There is always this great heaviness in my heart. It feels like lead. Sometimes I quite literally place a hand on my heart just to check that it's still beating. I'm alive...
Just to be clear, please don't worry about me; I've my pencils, paintbrushes, manuscript paper, etc...and flowers...I will be okay. Also, I have your love and support; it means the world to me if you read and/or reply.
Back to what we were discussing...
I have a whole thread dedicated to creativity. Even on this thread, I mention the arts to varying degrees in a significant number of posts.
The obvious implication is that a sizeable chunk of my healing/finding my feet again needs to be centred around the arts. That is what will most likely work for me; my best bet. It may not be for everyone but it is very much the case for me.
I once told a psychologist that I had this dream of taking some time off, temporarily moving interstate, renting a place by myself and just composing music day in, day out. Fill the place with flowers. Mingle with creative crowds, go out every night to check out the music and art scene, etcetera, etcetera, etcetera.
Living life as art.
She thought it was a marvellous idea. Definitely my kind of shrink! She was the one who got me to talk and how did she do it? Through art- smart shrinkie as she knew what made her clients tick 😉
Some people heal by talking about their trauma; I prefer to paint or sketch mine, for example. It's the same concept at the end of the day- just a different expression.
Point is, my heart of heart knows that I need some sort of major overhaul in my life (or a series of small overhauls). Whichever. Either way, something needs to change.
Alas, right now, I'm tied down by a ball and chain of commitments (sighs) so as much as I would just like to pack up and head across the "border", it's not going to happen any time soon.

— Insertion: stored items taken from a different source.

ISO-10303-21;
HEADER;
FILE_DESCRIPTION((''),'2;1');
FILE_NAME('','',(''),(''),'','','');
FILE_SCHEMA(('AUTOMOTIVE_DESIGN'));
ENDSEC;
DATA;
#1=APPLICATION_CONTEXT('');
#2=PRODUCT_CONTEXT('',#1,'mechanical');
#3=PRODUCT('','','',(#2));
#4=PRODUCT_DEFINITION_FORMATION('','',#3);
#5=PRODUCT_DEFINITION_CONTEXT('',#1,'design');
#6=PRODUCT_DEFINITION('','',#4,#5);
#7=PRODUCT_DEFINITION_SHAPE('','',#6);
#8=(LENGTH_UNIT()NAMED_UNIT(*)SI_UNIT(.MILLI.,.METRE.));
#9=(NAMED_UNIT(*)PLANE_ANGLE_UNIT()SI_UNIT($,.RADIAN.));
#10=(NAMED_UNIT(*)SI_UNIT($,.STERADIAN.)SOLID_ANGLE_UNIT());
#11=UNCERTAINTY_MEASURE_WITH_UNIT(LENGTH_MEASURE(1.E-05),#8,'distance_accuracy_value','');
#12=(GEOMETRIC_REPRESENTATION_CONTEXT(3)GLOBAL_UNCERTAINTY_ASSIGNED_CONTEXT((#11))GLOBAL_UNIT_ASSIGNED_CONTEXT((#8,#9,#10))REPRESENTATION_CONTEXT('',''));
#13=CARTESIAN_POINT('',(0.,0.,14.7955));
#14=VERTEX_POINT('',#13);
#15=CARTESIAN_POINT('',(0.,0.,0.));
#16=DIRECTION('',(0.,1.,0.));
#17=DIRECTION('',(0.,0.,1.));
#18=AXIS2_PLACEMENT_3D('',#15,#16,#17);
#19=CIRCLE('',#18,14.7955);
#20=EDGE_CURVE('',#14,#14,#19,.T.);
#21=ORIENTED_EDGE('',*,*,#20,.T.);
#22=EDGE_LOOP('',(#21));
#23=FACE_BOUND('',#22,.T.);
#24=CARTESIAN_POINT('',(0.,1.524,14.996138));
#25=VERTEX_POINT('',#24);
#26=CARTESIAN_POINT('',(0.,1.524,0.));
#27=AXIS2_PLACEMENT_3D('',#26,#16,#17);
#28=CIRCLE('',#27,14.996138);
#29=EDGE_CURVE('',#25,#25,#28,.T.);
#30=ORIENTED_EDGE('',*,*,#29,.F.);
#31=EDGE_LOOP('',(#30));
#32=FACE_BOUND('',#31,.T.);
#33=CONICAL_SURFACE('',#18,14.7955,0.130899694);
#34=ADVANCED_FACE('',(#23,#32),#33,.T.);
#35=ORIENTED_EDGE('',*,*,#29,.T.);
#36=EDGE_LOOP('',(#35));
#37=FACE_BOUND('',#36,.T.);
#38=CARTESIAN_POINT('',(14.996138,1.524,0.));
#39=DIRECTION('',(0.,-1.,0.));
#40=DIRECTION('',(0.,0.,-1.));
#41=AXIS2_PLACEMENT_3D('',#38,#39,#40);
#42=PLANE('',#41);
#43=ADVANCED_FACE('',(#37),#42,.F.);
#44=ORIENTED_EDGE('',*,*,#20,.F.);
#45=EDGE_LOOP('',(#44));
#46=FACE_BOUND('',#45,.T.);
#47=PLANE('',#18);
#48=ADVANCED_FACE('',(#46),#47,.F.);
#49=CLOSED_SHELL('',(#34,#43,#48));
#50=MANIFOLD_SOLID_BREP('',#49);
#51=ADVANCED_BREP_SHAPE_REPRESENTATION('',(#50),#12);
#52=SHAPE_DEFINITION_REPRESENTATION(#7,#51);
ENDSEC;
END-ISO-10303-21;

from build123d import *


with BuildPart() as part:
    # Sketch2 → Revolve1 (revolve)
    with BuildSketch(Plane.XY, mode=Mode.PRIVATE) as revolve1_sk:
        Polygon((0, 0), (14.7955, 0), (14.996138406, 1.524), (0, 1.524), align=None)
    revolve(revolve1_sk.sketch.rotate(Axis((0, 1.524, 0), (0, -1, 0)), 90), axis=Axis((0, 1.524, 0), (0, -1, 0)))


solid = part.part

I am feeling quite stuck and frustrated at present. I just have to keep holding on- one foot in front of the next- till I have more freedom.
The future beckons...
Keep the artistic spirit alive everyone 🙂
Special shoutout for anyone doing it tough- Sez, Butterfly (SN) and Pysis.
Love,
Pepper xoxo
P.S. I need to drag myself out of bed now (sighs). I will be back on Tues or Wed...most likely rambling about painting or music or something (lol).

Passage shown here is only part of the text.